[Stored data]
++++++++
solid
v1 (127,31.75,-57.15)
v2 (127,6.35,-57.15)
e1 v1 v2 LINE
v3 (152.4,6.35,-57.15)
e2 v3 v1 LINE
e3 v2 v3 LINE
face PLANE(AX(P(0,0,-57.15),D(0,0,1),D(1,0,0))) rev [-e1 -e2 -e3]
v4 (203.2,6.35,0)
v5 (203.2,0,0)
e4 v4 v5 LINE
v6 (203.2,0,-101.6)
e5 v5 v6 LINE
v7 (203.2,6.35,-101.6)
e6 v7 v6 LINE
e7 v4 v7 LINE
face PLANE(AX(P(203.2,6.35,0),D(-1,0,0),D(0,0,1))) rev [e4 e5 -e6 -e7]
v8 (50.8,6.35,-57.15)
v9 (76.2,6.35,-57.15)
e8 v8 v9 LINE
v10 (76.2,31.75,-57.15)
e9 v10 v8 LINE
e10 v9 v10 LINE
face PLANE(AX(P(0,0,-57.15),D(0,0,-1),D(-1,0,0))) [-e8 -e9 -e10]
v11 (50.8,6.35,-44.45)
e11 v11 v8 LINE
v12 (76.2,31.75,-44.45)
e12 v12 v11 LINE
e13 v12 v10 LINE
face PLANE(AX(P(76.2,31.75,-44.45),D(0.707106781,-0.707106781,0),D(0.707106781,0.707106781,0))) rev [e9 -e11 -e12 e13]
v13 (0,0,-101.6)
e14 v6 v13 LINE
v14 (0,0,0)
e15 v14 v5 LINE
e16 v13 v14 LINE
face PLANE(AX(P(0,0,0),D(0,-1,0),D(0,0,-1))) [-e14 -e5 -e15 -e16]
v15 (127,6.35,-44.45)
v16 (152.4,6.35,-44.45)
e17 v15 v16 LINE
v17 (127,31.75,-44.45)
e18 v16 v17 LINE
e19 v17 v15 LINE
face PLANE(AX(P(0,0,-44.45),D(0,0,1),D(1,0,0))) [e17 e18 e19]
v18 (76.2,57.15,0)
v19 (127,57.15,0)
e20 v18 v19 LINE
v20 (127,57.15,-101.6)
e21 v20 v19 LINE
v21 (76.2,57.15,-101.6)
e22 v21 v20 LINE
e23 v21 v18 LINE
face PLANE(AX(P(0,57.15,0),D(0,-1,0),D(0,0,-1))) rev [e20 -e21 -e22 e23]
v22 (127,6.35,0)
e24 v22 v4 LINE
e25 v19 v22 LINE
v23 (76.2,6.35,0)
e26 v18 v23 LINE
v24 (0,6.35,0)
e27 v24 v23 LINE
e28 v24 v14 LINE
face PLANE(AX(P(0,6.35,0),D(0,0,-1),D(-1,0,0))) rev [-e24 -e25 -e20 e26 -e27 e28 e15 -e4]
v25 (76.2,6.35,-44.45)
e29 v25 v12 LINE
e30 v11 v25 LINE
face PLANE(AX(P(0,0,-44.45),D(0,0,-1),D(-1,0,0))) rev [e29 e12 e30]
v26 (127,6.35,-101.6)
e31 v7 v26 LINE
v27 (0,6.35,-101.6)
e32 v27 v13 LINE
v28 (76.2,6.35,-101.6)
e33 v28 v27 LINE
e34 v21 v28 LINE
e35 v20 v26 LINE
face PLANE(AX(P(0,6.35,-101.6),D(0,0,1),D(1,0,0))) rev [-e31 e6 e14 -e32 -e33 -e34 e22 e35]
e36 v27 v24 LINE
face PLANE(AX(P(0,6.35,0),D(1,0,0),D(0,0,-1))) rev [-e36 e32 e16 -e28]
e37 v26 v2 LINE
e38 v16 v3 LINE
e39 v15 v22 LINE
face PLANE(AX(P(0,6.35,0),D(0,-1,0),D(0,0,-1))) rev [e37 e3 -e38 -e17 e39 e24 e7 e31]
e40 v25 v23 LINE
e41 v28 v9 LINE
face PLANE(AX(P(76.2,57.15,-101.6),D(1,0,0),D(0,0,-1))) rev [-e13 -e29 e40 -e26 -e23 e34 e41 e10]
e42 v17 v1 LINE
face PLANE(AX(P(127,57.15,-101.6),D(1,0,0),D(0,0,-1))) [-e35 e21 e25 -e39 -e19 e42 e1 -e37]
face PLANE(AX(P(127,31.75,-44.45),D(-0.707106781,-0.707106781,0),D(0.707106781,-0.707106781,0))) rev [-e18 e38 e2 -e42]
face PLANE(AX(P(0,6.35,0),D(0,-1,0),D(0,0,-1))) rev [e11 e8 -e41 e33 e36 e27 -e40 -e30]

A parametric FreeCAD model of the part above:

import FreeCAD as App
import Part
import Sketcher

V = App.Vector
Q = App.Units.Quantity

doc = App.newDocument("Part")
params = doc.addObject("Spreadsheet::Sheet", "Params")
for row, (alias, value) in enumerate([
    ("sketch1_width", "8 in"),
    ("sketch1_height", "4 in"),
    ("pad1_length", "0.25 in"),
    ("sketch2_width", "2 in"),
    ("sketch2_height", "4 in"),
    ("pad2_length", "2 in"),
    ("sketch3_width", "1 in"),
    ("pad3_length", "0.5 in"),
], start=1):
    params.set(f"A{row}", alias)
    params.set(f"B{row}", "=" + value)
    params.setAlias(f"B{row}", alias)

body = doc.addObject("PartDesign::Body", "Body")

sketch1 = body.newObject("Sketcher::SketchObject", "Sketch")
sketch1.AttachmentSupport = (doc.getObject("XZ_Plane"), [""])
sketch1.MapMode = "FlatFace"
sketch1.addGeometry(Part.LineSegment(V(0, -101.6, 0), V(0, 0, 0)), False)
sketch1.addGeometry(Part.LineSegment(V(0, 0, 0), V(203.2, 0, 0)), False)
sketch1.addGeometry(Part.LineSegment(V(203.2, 0, 0), V(203.2, -101.6, 0)), False)
sketch1.addGeometry(Part.LineSegment(V(203.2, -101.6, 0), V(0, -101.6, 0)), False)
sketch1.addConstraint(Sketcher.Constraint("Coincident", 0, 2, 1, 1))
sketch1.addConstraint(Sketcher.Constraint("Coincident", 1, 2, 2, 1))
sketch1.addConstraint(Sketcher.Constraint("Coincident", 2, 2, 3, 1))
sketch1.addConstraint(Sketcher.Constraint("Coincident", 3, 2, 0, 1))
sketch1.addConstraint(Sketcher.Constraint("Vertical", 0))
sketch1.addConstraint(Sketcher.Constraint("Horizontal", 1))
sketch1.addConstraint(Sketcher.Constraint("Vertical", 2))
sketch1.addConstraint(Sketcher.Constraint("Horizontal", 3))
sketch1.addConstraint(Sketcher.Constraint("Coincident", 0, 2, -1, 1))
sketch1.addConstraint(Sketcher.Constraint("DistanceX", 1, 1, 1, 2, Q("8 in")))
sketch1.addConstraint(Sketcher.Constraint("DistanceY", 0, 1, 0, 2, Q("4 in")))
sketch1.setExpression("Constraints[9]", "Params.sketch1_width")
sketch1.setExpression("Constraints[10]", "Params.sketch1_height")
pad1 = body.newObject("PartDesign::Pad", "Pad")
pad1.Profile = sketch1
pad1.setExpression("Length", "Params.pad1_length")
pad1.Reversed = True

sketch2 = body.newObject("Sketcher::SketchObject", "Sketch001")
sketch2.AttachmentSupport = (doc.getObject("XZ_Plane"), [""])
sketch2.MapMode = "FlatFace"
sketch2.AttachmentOffset = App.Placement(V(0, 0, -0.25 * 25.4), App.Rotation())
sketch2.addGeometry(Part.LineSegment(V(76.2, -101.6, 0), V(76.2, 0, 0)), False)
sketch2.addGeometry(Part.LineSegment(V(76.2, 0, 0), V(127, 0, 0)), False)
sketch2.addGeometry(Part.LineSegment(V(127, 0, 0), V(127, -101.6, 0)), False)
sketch2.addGeometry(Part.LineSegment(V(127, -101.6, 0), V(76.2, -101.6, 0)), False)
sketch2.addConstraint(Sketcher.Constraint("Coincident", 0, 2, 1, 1))
sketch2.addConstraint(Sketcher.Constraint("Coincident", 1, 2, 2, 1))
sketch2.addConstraint(Sketcher.Constraint("Coincident", 2, 2, 3, 1))
sketch2.addConstraint(Sketcher.Constraint("Coincident", 3, 2, 0, 1))
sketch2.addConstraint(Sketcher.Constraint("Vertical", 0))
sketch2.addConstraint(Sketcher.Constraint("Horizontal", 1))
sketch2.addConstraint(Sketcher.Constraint("Vertical", 2))
sketch2.addConstraint(Sketcher.Constraint("Horizontal", 3))
sketch2.addConstraint(Sketcher.Constraint("PointOnObject", 0, 2, -1))
sketch2.addConstraint(Sketcher.Constraint("DistanceX", 1, 1, 1, 2, Q("2 in")))
sketch2.addConstraint(Sketcher.Constraint("DistanceY", 0, 1, 0, 2, Q("4 in")))
sketch2.addConstraint(Sketcher.Constraint("DistanceX", -1, 1, 0, 2, Q("3 in")))
sketch2.setExpression("Constraints[9]", "Params.sketch2_width")
sketch2.setExpression("Constraints[10]", "Params.sketch2_height")
pad2 = body.newObject("PartDesign::Pad", "Pad001")
pad2.Profile = sketch2
pad2.setExpression("Length", "Params.pad2_length")
pad2.Reversed = True

sketch3 = body.newObject("Sketcher::SketchObject", "Sketch002")
sketch3.AttachmentSupport = (doc.getObject("XY_Plane"), [""])
sketch3.MapMode = "FlatFace"
sketch3.AttachmentOffset = App.Placement(V(0, 0, -2 * 25.4), App.Rotation())
sketch3.addGeometry(Part.LineSegment(V(152.4, 6.35, 0), V(127, 31.75, 0)), False)
sketch3.addGeometry(Part.LineSegment(V(127, 31.75, 0), V(127, 6.35, 0)), False)
sketch3.addGeometry(Part.LineSegment(V(127, 6.35, 0), V(152.4, 6.35, 0)), False)
sketch3.addGeometry(Part.LineSegment(V(76.2, 31.75, 0), V(50.8, 6.35, 0)), False)
sketch3.addGeometry(Part.LineSegment(V(50.8, 6.35, 0), V(76.2, 6.35, 0)), False)
sketch3.addGeometry(Part.LineSegment(V(76.2, 6.35, 0), V(76.2, 31.75, 0)), False)
sketch3.addConstraint(Sketcher.Constraint("Coincident", 0, 2, 1, 1))
sketch3.addConstraint(Sketcher.Constraint("Coincident", 1, 2, 2, 1))
sketch3.addConstraint(Sketcher.Constraint("Coincident", 2, 2, 0, 1))
sketch3.addConstraint(Sketcher.Constraint("Coincident", 3, 2, 4, 1))
sketch3.addConstraint(Sketcher.Constraint("Coincident", 4, 2, 5, 1))
sketch3.addConstraint(Sketcher.Constraint("Coincident", 5, 2, 3, 1))
sketch3.addConstraint(Sketcher.Constraint("Vertical", 1))
sketch3.addConstraint(Sketcher.Constraint("Horizontal", 2))
sketch3.addConstraint(Sketcher.Constraint("Horizontal", 4))
sketch3.addConstraint(Sketcher.Constraint("Vertical", 5))
sketch3.addConstraint(Sketcher.Constraint("Perpendicular", 0, 3))
sketch3.addConstraint(Sketcher.Constraint("Horizontal", 2, 2, 3, 2))
sketch3.addConstraint(Sketcher.Constraint("Horizontal", 0, 2, 5, 2))
sketch3.addConstraint(Sketcher.Constraint("Equal", 2, 4))
sketch3.addConstraint(Sketcher.Constraint("DistanceX", 2, 1, 2, 2, Q("1 in")))
sketch3.addConstraint(Sketcher.Constraint("DistanceX", -1, 1, 0, 2, Q("5 in")))
sketch3.addConstraint(Sketcher.Constraint("DistanceX", -1, 1, 3, 2, Q("2 in")))
sketch3.addConstraint(Sketcher.Constraint("DistanceY", -1, 1, 0, 2, Q("1.25 in")))
sketch3.setExpression("Constraints[14]", "Params.sketch3_width")
pad3 = body.newObject("PartDesign::Pad", "Pad002")
pad3.Profile = sketch3
pad3.setExpression("Length", "Params.pad3_length")
pad3.Midplane = True

doc.recompute()
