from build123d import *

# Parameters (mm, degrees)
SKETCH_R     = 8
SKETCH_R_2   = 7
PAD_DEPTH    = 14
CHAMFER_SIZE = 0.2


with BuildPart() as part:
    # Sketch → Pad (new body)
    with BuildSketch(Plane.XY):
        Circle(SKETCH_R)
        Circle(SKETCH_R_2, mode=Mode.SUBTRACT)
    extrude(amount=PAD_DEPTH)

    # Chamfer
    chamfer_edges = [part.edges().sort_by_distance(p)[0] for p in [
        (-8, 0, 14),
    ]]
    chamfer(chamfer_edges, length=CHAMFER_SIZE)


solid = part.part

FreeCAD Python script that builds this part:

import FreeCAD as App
import Part
import Sketcher
from FreeCAD import Vector


def edges_at(feature, points):
    """Names of the edges that pass closest to the given points."""
    edges = feature.Shape.Edges
    near = lambda p: min(range(len(edges)), key=lambda i: edges[i].distToShape(Part.Vertex(*p))[0])
    return sorted({f"Edge{near(p) + 1}" for p in points})

doc = App.newDocument("Part")
params = doc.addObject("Spreadsheet::Sheet", "Params")
for row, (alias, value) in enumerate([
    ("sketch1_diameter", "16 mm"),
    ("sketch1_diameter2", "14 mm"),
    ("pad1_length", "14 mm"),
    ("chamfer_size", "0.2 mm"),
], start=1):
    params.set(f"A{row}", alias)
    params.set(f"B{row}", "=" + value)
    params.setAlias(f"B{row}", alias)

body = doc.addObject("PartDesign::Body", "Body")

# Sketch on XY plane
sketch1 = body.newObject("Sketcher::SketchObject", "Sketch")
sketch1.AttachmentSupport = (doc.getObject("XY_Plane"), [""])
sketch1.MapMode = "FlatFace"
sketch1.addGeometry(Part.Circle(Vector(0, 0, 0), Vector(0, 0, 1), 8), False)
sketch1.addGeometry(Part.Circle(Vector(0, 0, 0), Vector(0, 0, 1), 7), False)
sketch1.addConstraint(Sketcher.Constraint("Coincident", 0, 3, -1, 1))
sketch1.addConstraint(Sketcher.Constraint("Coincident", 1, 3, -1, 1))
sketch1.addConstraint(Sketcher.Constraint("Diameter", 0, 16.0))
sketch1.addConstraint(Sketcher.Constraint("Diameter", 1, 14.0))
sketch1.setExpression("Constraints[2]", "Params.sketch1_diameter")
sketch1.setExpression("Constraints[3]", "Params.sketch1_diameter2")
pad1 = body.newObject("PartDesign::Pad", "Pad")
pad1.Profile = sketch1
pad1.setExpression("Length", "Params.pad1_length")
doc.recompute()

chamfer = body.newObject("PartDesign::Chamfer", "Chamfer")
chamfer.Base = (pad1, edges_at(pad1, [(-8, 0, 14)]))
chamfer.setExpression("Size", "Params.chamfer_size")

doc.recompute()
++++++++
▶ _What the task asks_
Working from the records above, write out verbatim only the lines from the line containing "e18 v16 v17 LINE" through the line containing "v26 (127,6.35,-101.6)".

▶ _Final answer_
e18 v16 v17 LINE
e19 v17 v15 LINE
face PLANE(AX(P(0,0,-44.45),D(0,0,1),D(1,0,0))) [e17 e18 e19]
v18 (76.2,57.15,0)
v19 (127,57.15,0)
e20 v18 v19 LINE
v20 (127,57.15,-101.6)
e21 v20 v19 LINE
v21 (76.2,57.15,-101.6)
e22 v21 v20 LINE
e23 v21 v18 LINE
face PLANE(AX(P(0,57.15,0),D(0,-1,0),D(0,0,-1))) rev [e20 -e21 -e22 e23]
v22 (127,6.35,0)
e24 v22 v4 LINE
e25 v19 v22 LINE
v23 (76.2,6.35,0)
e26 v18 v23 LINE
v24 (0,6.35,0)
e27 v24 v23 LINE
e28 v24 v14 LINE
face PLANE(AX(P(0,6.35,0),D(0,0,-1),D(-1,0,0))) rev [-e24 -e25 -e20 e26 -e27 e28 e15 -e4]
v25 (76.2,6.35,-44.45)
e29 v25 v12 LINE
e30 v11 v25 LINE
face PLANE(AX(P(0,0,-44.45),D(0,0,-1),D(-1,0,0))) rev [e29 e12 e30]
v26 (127,6.35,-101.6)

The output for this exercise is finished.